Fagin v. Quinn

24 F.2d 42 | 5th Cir. | 1928

BRYAN, Circuit Judge.

This is an appeal from a decree dismissing a bill of complaint, and raises the question of the right of appellants to recover 13.8 acres of land situated in the Spindletop oil field in Texas.

The Federal Crude Oil Company, a Texas corporation, acquired title to the land in question in 1901, and proceeded to drill oil wells, but later abandoned its activities in the belief that oil under the land in paying quantities had been exhausted. In 1906 its right to do business was forfeited by the state for failure to pay a franchise tax. The value of the land depended almost entirely upon whether it could be made productive of oil. In 1917 its market value increased considerably, due to prospects of oil in that vicinity; and then declined again, until finally in 1926 oil was discovered at a greater depth than had before been drilled; after that, of course, its value again increased manyfold. After that company’s franchise to do business had been forfeited, and while the land was considered of little value, one J. F. Guilmartin, a stockholder, in 1907 brought suit against it in the state district court, alleging that the land in question had been abandoned, and prayed that a receiver be appointed and the corporate assets distributed among its stockholders. Process was served on one Chaison as vice president, the president having left the state. The receiver reported to the court recommending that the land be sold to Guilmartin for $50, and a decree of the district court was entered, authorizing a private sale to Guilmartin for that amount, subject to taxes of about $100, that were then past due. The decree recited that all parties were present in court and consented thereto. Thereafter appellees purchased Guilmartin’s title.
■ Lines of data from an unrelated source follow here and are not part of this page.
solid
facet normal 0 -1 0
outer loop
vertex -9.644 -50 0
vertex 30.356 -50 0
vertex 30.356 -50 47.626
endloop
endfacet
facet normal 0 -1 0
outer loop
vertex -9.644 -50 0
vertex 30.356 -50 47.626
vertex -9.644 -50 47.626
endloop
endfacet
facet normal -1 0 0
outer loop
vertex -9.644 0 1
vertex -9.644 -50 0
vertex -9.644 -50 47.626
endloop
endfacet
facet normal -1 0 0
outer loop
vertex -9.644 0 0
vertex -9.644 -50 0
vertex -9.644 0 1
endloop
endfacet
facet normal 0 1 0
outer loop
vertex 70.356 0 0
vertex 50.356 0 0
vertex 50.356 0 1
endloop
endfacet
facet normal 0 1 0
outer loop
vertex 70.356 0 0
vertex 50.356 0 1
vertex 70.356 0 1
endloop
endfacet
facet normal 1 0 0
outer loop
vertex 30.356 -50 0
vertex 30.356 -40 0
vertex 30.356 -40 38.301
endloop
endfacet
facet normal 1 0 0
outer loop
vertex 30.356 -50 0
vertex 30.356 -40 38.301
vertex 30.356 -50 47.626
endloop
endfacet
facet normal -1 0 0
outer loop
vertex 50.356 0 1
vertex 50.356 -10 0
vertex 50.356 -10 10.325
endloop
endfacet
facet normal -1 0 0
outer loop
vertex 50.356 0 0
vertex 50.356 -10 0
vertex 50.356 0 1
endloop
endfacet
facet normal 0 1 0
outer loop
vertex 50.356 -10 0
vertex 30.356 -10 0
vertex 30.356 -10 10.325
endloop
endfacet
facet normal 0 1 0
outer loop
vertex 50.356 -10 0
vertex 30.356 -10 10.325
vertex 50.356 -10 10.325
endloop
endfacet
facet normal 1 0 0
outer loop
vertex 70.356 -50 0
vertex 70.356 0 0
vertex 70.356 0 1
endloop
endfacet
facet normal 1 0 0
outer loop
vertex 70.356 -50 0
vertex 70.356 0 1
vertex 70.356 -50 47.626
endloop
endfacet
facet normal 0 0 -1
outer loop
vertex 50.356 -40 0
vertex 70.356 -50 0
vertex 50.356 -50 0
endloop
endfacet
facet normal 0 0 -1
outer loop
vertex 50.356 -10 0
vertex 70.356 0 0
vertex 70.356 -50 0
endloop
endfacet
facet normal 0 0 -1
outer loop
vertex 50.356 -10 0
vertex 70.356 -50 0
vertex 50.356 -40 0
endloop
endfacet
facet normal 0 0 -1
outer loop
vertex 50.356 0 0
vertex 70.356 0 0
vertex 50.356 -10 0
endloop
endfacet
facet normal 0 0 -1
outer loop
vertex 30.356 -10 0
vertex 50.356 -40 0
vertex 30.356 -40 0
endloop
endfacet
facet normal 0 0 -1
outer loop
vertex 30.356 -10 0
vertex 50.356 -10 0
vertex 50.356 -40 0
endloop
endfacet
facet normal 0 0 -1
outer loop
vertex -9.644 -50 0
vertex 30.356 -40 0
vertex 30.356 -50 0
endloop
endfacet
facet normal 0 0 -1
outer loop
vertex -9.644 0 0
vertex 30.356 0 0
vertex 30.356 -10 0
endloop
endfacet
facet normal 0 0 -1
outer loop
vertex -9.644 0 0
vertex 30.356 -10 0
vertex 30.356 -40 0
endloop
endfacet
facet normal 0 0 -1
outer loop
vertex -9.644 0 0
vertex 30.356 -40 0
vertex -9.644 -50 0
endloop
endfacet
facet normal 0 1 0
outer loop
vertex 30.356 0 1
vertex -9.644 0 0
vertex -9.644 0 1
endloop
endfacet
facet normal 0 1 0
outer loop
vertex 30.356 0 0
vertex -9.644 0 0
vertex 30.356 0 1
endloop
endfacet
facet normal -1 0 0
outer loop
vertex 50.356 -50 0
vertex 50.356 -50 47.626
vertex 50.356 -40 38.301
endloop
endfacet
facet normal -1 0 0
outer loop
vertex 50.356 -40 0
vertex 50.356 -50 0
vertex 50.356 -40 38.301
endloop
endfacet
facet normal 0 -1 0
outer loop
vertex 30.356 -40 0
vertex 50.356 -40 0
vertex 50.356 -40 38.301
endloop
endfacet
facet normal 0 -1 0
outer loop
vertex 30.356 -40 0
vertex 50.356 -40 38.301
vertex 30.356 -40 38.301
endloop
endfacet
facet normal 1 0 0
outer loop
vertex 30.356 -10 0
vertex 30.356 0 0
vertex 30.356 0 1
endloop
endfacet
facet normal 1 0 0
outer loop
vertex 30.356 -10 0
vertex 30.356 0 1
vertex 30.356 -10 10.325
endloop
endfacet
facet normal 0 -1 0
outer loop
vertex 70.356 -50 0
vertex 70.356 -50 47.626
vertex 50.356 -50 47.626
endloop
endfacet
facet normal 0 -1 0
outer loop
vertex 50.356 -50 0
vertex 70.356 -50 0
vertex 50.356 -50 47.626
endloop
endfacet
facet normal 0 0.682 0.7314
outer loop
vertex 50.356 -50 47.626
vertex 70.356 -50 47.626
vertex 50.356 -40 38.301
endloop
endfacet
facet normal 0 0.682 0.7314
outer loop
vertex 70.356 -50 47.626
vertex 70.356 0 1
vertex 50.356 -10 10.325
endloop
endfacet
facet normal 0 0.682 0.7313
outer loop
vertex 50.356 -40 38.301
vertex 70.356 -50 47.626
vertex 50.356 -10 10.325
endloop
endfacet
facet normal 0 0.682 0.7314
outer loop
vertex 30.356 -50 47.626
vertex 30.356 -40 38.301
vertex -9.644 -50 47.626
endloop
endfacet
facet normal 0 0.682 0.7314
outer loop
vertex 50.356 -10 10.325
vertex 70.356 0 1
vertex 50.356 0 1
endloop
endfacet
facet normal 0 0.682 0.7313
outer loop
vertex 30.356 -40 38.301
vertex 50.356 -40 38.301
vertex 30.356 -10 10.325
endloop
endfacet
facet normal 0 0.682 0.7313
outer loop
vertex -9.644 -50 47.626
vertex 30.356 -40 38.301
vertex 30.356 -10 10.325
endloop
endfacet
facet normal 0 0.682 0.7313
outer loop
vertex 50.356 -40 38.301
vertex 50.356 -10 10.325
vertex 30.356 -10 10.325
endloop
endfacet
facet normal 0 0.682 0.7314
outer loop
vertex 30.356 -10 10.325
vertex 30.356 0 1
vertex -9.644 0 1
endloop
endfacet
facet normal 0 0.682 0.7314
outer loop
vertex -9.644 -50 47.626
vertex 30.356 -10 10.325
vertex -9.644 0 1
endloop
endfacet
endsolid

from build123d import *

# Parameters (mm, degrees)
EXTRUDE_1_DEPTH = 1
DRAFT_5_ANGLE   = 43


with BuildPart() as part:
    # 草图1 → 凸台-拉伸1 (new body)
    with BuildSketch(Plane.XY):
        Polygon((-9.644281244, 0), (30.355718756, 0), (30.355718756, -10), (50.355718756, -10), (50.355718756, 0), (70.355718756, 0), (70.355718756, -50), (50.355718756, -50), (50.355718756, -40), (30.355718756, -40), (30.355718756, -50), (-9.644281244, -50), align=None)
    extrude(amount=EXTRUDE_1_DEPTH)

    # 拔模5
    draft_5_faces = [part.faces().sort_by_distance(p)[0] for p in [
        (29.244607645, -25, 1),
    ]]
    draft(draft_5_faces, Plane(origin=(-9.644281244, 0, 1), x_dir=(1, 0, 0), z_dir=(0, 1, 0)), DRAFT_5_ANGLE)


solid = part.part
In 1919 appellants, as officers, directors, and stockholders of the oil company, filed a suit in the same district court, alleging that the judgment rendered in 1907 in receivership proceedings, which purported to authorize the sale to Guilmartin, was void, and prayed for a decree canceling the prior one, and declaring null and void the order of sale and receiver’s deed, and for title and possession of the land. Upon final hearing a decree was entered by the trial court, granting the relief prayed for, but that decree was reversed on appeal to the Court of Civil Appeals. Yount v. Fagin, 244 S. W. 1036. The order entered by the appellate court was “that the trial court’s judgment in this case, in so far as the same awards a recovery of the land in controversy * * * be reversed, and judgment is here now rendered and entered, denying to said plaintiffs (appellees here) a recovery of said land, or any right or interest therein,” etc. Writ of error was applied for by these appellants, but was denied by the Supreme Court of Texas, and thus the judgment of the Court of Civil Appeals became final.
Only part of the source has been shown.